The problem with the provided links is that for my use case, I need to relate as much as posible on libraries, and implement the methods by myself as much as possible. I know that llms don't count, so that why I used them. The library provided abstract too much things and even if they help me out provide a solution, it wouldn't be taken in account.
I see, I mean at the end of the day, all the LLM does in your case is to convert a text/document/sentence to a high-dimensional semantic embedding. The part afterwards, e.g. k-Means clustering of the vectors is actually very easy to fully code yourself, check out e.g. stackoverflow.com/questions/53508331/… (if NumPy is okay; pure Python is also possible).
So what you could do is first use some very basic approach to encode each document to a vector, e.g.

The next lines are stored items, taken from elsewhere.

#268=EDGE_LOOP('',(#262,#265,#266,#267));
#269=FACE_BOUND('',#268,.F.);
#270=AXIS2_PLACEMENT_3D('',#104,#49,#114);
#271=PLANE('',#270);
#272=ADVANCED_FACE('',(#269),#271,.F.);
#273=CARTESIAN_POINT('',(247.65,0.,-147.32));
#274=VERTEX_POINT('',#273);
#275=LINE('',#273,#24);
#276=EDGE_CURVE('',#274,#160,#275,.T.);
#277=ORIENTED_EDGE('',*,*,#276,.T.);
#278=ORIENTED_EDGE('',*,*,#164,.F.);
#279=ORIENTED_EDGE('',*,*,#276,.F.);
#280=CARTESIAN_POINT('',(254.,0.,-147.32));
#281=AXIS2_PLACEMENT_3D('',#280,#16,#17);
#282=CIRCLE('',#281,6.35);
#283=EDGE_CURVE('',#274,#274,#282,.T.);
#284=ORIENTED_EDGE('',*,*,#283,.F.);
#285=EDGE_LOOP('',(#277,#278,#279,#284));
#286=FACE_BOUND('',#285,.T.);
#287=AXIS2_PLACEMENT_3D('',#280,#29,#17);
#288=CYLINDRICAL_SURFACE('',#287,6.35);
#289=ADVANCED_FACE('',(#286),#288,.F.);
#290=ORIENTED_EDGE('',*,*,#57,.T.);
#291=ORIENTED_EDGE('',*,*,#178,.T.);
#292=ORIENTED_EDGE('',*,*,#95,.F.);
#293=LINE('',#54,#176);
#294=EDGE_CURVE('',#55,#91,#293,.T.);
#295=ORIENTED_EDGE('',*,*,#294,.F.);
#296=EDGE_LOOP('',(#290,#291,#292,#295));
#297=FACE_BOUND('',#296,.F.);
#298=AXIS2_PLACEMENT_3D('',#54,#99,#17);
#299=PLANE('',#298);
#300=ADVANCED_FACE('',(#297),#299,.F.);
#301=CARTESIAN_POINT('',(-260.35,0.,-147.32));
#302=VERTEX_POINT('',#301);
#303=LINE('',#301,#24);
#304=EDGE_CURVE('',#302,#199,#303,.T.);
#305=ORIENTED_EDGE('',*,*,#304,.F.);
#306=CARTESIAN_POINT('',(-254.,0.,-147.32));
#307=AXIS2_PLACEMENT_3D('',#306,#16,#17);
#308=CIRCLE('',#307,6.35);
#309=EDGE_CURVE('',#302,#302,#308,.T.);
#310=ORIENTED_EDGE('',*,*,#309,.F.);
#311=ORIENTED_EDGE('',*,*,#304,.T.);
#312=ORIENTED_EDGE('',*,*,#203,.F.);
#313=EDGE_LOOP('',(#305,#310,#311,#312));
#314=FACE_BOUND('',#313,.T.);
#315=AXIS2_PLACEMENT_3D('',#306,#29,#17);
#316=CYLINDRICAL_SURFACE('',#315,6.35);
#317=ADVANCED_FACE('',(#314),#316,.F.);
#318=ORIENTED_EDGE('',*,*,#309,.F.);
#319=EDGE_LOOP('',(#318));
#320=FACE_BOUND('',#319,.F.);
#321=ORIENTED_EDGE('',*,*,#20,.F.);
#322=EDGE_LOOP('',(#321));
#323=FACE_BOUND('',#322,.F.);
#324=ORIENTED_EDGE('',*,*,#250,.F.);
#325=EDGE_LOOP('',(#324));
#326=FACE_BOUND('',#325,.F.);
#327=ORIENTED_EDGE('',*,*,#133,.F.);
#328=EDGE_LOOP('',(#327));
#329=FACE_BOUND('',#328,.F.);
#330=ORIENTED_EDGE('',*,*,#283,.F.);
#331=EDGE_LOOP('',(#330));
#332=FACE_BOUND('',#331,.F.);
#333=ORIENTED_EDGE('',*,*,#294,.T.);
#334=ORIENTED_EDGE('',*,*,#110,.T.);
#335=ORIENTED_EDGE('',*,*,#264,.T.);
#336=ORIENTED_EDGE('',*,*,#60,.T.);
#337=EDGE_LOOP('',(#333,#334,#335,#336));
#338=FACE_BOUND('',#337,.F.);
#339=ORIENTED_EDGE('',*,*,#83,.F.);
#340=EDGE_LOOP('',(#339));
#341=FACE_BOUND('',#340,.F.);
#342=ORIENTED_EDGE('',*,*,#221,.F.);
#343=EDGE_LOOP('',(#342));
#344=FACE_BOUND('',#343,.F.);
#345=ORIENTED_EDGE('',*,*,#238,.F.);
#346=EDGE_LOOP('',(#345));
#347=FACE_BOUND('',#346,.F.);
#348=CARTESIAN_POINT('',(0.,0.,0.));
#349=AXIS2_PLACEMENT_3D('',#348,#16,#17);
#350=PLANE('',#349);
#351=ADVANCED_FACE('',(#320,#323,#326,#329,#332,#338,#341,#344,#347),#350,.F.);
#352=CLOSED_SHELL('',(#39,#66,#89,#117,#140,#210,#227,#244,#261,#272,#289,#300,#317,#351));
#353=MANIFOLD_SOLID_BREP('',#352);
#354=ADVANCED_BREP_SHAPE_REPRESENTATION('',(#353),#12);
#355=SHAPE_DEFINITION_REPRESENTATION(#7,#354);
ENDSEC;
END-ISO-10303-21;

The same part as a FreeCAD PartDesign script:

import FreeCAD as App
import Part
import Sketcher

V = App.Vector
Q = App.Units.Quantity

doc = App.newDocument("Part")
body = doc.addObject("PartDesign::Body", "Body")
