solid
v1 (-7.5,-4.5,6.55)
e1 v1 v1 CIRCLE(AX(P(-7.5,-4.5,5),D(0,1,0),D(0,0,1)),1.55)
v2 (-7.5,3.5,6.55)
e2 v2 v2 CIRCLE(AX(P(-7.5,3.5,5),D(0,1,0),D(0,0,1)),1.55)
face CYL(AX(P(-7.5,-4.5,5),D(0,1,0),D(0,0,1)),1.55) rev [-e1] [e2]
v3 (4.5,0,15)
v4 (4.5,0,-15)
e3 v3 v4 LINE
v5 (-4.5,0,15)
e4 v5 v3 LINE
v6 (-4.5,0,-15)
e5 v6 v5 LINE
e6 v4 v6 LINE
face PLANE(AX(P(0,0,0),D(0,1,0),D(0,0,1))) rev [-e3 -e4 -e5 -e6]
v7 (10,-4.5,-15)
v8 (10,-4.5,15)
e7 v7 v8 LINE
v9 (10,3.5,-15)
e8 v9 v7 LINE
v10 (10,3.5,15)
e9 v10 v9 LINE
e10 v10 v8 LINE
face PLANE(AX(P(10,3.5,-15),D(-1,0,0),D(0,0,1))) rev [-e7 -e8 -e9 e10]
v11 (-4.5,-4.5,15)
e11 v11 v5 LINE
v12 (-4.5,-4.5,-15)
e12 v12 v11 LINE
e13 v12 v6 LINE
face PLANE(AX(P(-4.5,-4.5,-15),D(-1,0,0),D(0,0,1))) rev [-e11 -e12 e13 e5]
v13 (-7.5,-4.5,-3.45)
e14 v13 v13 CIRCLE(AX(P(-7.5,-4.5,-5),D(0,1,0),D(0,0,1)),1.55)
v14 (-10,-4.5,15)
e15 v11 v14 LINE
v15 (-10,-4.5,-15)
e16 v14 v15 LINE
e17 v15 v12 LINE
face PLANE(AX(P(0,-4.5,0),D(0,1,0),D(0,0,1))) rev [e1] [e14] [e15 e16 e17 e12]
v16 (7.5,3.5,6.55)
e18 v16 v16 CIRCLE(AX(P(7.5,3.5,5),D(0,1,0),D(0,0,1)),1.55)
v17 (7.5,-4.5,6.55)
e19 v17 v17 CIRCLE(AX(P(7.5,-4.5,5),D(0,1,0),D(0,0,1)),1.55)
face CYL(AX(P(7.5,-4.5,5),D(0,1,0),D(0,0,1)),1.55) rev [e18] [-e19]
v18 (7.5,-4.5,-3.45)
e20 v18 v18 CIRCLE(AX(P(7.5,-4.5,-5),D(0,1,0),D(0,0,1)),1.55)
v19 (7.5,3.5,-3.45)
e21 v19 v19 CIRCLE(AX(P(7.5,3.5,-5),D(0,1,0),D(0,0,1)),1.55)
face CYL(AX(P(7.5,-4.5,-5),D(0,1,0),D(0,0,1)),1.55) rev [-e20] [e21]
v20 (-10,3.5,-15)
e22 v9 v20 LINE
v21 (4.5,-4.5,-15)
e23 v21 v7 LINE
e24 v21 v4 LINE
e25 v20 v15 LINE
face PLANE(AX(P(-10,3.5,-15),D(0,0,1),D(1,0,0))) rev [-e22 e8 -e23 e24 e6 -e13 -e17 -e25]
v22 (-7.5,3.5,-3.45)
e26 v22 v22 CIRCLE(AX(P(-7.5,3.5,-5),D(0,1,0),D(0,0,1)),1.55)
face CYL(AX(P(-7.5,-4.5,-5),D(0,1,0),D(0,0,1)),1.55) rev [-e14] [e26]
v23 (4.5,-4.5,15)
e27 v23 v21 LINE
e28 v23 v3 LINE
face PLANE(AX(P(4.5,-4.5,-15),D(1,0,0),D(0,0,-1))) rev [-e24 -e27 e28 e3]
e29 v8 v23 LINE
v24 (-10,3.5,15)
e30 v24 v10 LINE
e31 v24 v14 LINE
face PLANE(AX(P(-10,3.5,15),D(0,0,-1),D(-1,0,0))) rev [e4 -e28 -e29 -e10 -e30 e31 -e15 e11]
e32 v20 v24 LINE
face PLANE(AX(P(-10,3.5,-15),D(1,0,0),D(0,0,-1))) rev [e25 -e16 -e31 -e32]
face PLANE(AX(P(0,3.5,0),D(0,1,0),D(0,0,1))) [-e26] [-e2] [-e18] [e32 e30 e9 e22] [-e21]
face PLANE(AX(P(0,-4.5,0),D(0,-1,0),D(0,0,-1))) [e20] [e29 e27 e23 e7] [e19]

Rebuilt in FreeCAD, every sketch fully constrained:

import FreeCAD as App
import Part
import Sketcher
Q = App.Units.Quantity


def add_polygon(sketch, points):
    """Adds a closed chain of lines whose ends are joined by coincident constraints."""
    first, n = sketch.GeometryCount, len(points)
    for a, b in zip(points, points[1:] + points[:1]):
        sketch.addGeometry(Part.LineSegment(App.Vector(*a, 0), App.Vector(*b, 0)), False)
    for i in range(n):
        sketch.addConstraint(Sketcher.Constraint("Coincident", first + i, 2, first + (i + 1) % n, 1))

doc = App.newDocument("Part")
body = doc.addObject("PartDesign::Body", "Body")

# Sketch on XZ plane
sketch1 = doc.addObject("Sketcher::SketchObject", "Sketch")
body.addObject(sketch1)
sketch1.AttachmentSupport = (doc.XZ_Plane, [""])
sketch1.MapMode = "FlatFace"
add_polygon(sketch1, [(-10, -15), (-10, 15), (10, 15), (10, -15)])  # lines 0-3
sketch1.addConstraint([
    Sketcher.Constraint("Vertical", 0),
    Sketcher.Constraint("Horizontal", 1),
    Sketcher.Constraint("Vertical", 2),
    Sketcher.Constraint("Horizontal", 3),
    Sketcher.Constraint("Symmetric", 0, 2, 2, 2, -1, 1),
    Sketcher.Constraint("DistanceX", 1, 1, 1, 2, Q("20 mm")),
    Sketcher.Constraint("DistanceY", 0, 1, 0, 2, Q("30 mm")),
])
pad1 = doc.addObject("PartDesign::Pad", "Pad")
body.addObject(pad1)
pad1.Profile = sketch1
pad1.Length = 3.5
pad1.Reversed = True

# Sketch on XZ plane
sketch2 = doc.addObject("Sketcher::SketchObject", "Sketch001")
body.addObject(sketch2)
sketch2.AttachmentSupport = (doc.XZ_Plane, [""])
sketch2.MapMode = "FlatFace"
add_polygon(sketch2, [(10, -15), (10, 15), (4, 15), (4, -15)])  # lines 0-3
add_polygon(sketch2, [(-4, -15), (-4, 15), (-10, 15), (-10, -15)])  # lines 4-7
sketch2.addConstraint([
    Sketcher.Constraint("Vertical", 0),
    Sketcher.Constraint("Horizontal", 1),
    Sketcher.Constraint("Vertical", 2),
    Sketcher.Constraint("Horizontal", 3),
    Sketcher.Constraint("Vertical", 4),
    Sketcher.Constraint("Horizontal", 5),
    Sketcher.Constraint("Vertical", 6),
    Sketcher.Constraint("Horizontal", 7),
    Sketcher.Constraint("Symmetric", 2, 2, 4, 2, -1, 1),
    Sketcher.Constraint("Symmetric", 0, 2, 6, 2, -1, 1),
    Sketcher.Constraint("Horizontal", 1, 2, 4, 2),
    Sketcher.Constraint("DistanceY", 0, 1, 0, 2, Q("30 mm")),
    Sketcher.Constraint("DistanceX", 1, 2, 1, 1, Q("5.5 mm")),
    Sketcher.Constraint("DistanceX", -1, 1, 0, 2, Q("10 mm")),
])
pad2 = doc.addObject("PartDesign::Pad", "Pad001")
body.addObject(pad2)
pad2.Profile = sketch2
pad2.Length = 4.5

# Sketch on XZ plane
sketch3 = doc.addObject("Sketcher::SketchObject", "Sketch002")
body.addObject(sketch3)
sketch3.AttachmentSupport = (doc.XZ_Plane, [""])
sketch3.MapMode = "FlatFace"
sketch3.AttachmentOffset = App.Placement(App.Vector(0, 0, -3.5), App.Rotation())
sketch3.addGeometry([
    Part.Circle(App.Vector(-7.5, 5, 0), App.Vector(0, 0, 1), 1.6),
    Part.Circle(App.Vector(-7.5, -5, 0), App.Vector(0, 0, 1), 1.6),
    Part.Circle(App.Vector(7.5, -5, 0), App.Vector(0, 0, 1), 1.6),
    Part.Circle(App.Vector(7.5, 5, 0), App.Vector(0, 0, 1), 1.6),
], False)
sketch3.addConstraint([
    Sketcher.Constraint("Equal", 0, 1),
    Sketcher.Constraint("Equal", 1, 2),
    Sketcher.Constraint("Equal", 2, 3),
    Sketcher.Constraint("Symmetric", 0, 3, 2, 3, -1, 1),
    Sketcher.Constraint("Symmetric", 1, 3, 3, 3, -1, 1),
    Sketcher.Constraint("Symmetric", 1, 3, 2, 3, -2),
    Sketcher.Constraint("Diameter", 0, Q("3.1 mm")),
    Sketcher.Constraint("DistanceY", -1, 1, 0, 3, Q("5 mm")),
    Sketcher.Constraint("DistanceX", 1, 3, 2, 3, Q("15 mm")),
])
pocket1 = doc.addObject("PartDesign::Pocket", "Pocket")
body.addObject(pocket1)
pocket1.Profile = sketch3
pocket1.Length = 8
pocket1.Reversed = True

doc.recompute()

TF-IDF, which can also be done in pure python, see github.com/geekan/pytfidf/blob/master/tfidf.py, then apply the k-Means to it. You can do the entire thing with just NumPy or even in pure Python. Just be aware that this is very basic and won't come close to the clustering quality of a more modern LLM-based clustering approach. If you're allowed to use llm in the way you described that would surely improve the quality but still be worse than the full LLM-approach.
can you further explain what do you mean by ‘full LLM’ approach?